**Task input**
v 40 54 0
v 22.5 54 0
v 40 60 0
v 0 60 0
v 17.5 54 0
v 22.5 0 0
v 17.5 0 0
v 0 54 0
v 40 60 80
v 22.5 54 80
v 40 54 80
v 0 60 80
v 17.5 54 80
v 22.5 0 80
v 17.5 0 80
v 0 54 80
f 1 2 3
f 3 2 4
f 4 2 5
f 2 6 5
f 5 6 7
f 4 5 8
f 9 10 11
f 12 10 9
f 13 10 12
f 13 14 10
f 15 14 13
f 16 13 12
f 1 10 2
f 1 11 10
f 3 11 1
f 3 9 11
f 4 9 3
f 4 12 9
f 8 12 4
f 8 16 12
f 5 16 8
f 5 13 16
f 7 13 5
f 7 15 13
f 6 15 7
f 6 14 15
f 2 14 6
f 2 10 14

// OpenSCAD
$fn = 32;

// ----------------------------------------------------------------------
// Structural section: tee 40 x 60 mm
// ----------------------------------------------------------------------

// --- parameters (mm) ---
sec_w = 40;               // tee width, X
sec_h = 60;               // tee height, Y
flange_t = 6;             // top flange thickness
web_t = 5;                // web thickness
plate_t = 80;             // cut length, Z (extrusion height)

profile = [[17.5, 0], [22.5, 0], [22.5, 54], [40, 54], [40, 60], [0, 60], [0, 54], [17.5, 54]];  // primary outline, 8 points, counter clockwise

// --- the one profile operation ---
linear_extrude(height = plate_t) polygon(points = profile);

**Problem**
Set down the entries verbatim, leaving none out.

**Written answer**
v 40 54 0
v 22.5 54 0
v 40 60 0
v 0 60 0
v 17.5 54 0
v 22.5 0 0
v 17.5 0 0
v 0 54 0
v 40 60 80
v 22.5 54 80
v 40 54 80
v 0 60 80
v 17.5 54 80
v 22.5 0 80
v 17.5 0 80
v 0 54 80
f 1 2 3
f 3 2 4
f 4 2 5
f 2 6 5
f 5 6 7
f 4 5 8
f 9 10 11
f 12 10 9
f 13 10 12
f 13 14 10
f 15 14 13
f 16 13 12
f 1 10 2
f 1 11 10
f 3 11 1
f 3 9 11
f 4 9 3
f 4 12 9
f 8 12 4
f 8 16 12
f 5 16 8
f 5 13 16
f 7 13 5
f 7 15 13
f 6 15 7
f 6 14 15
f 2 14 6
f 2 10 14

// OpenSCAD
$fn = 32;

// ----------------------------------------------------------------------
// Structural section: tee 40 x 60 mm
// ----------------------------------------------------------------------

// --- parameters (mm) ---
sec_w = 40;               // tee width, X
sec_h = 60;               // tee height, Y
flange_t = 6;             // top flange thickness
web_t = 5;                // web thickness
plate_t = 80;             // cut length, Z (extrusion height)

profile = [[17.5, 0], [22.5, 0], [22.5, 54], [40, 54], [40, 60], [0, 60], [0, 54], [17.5, 54]];  // primary outline, 8 points, counter clockwise

// --- the one profile operation ---
linear_extrude(height = plate_t) polygon(points = profile);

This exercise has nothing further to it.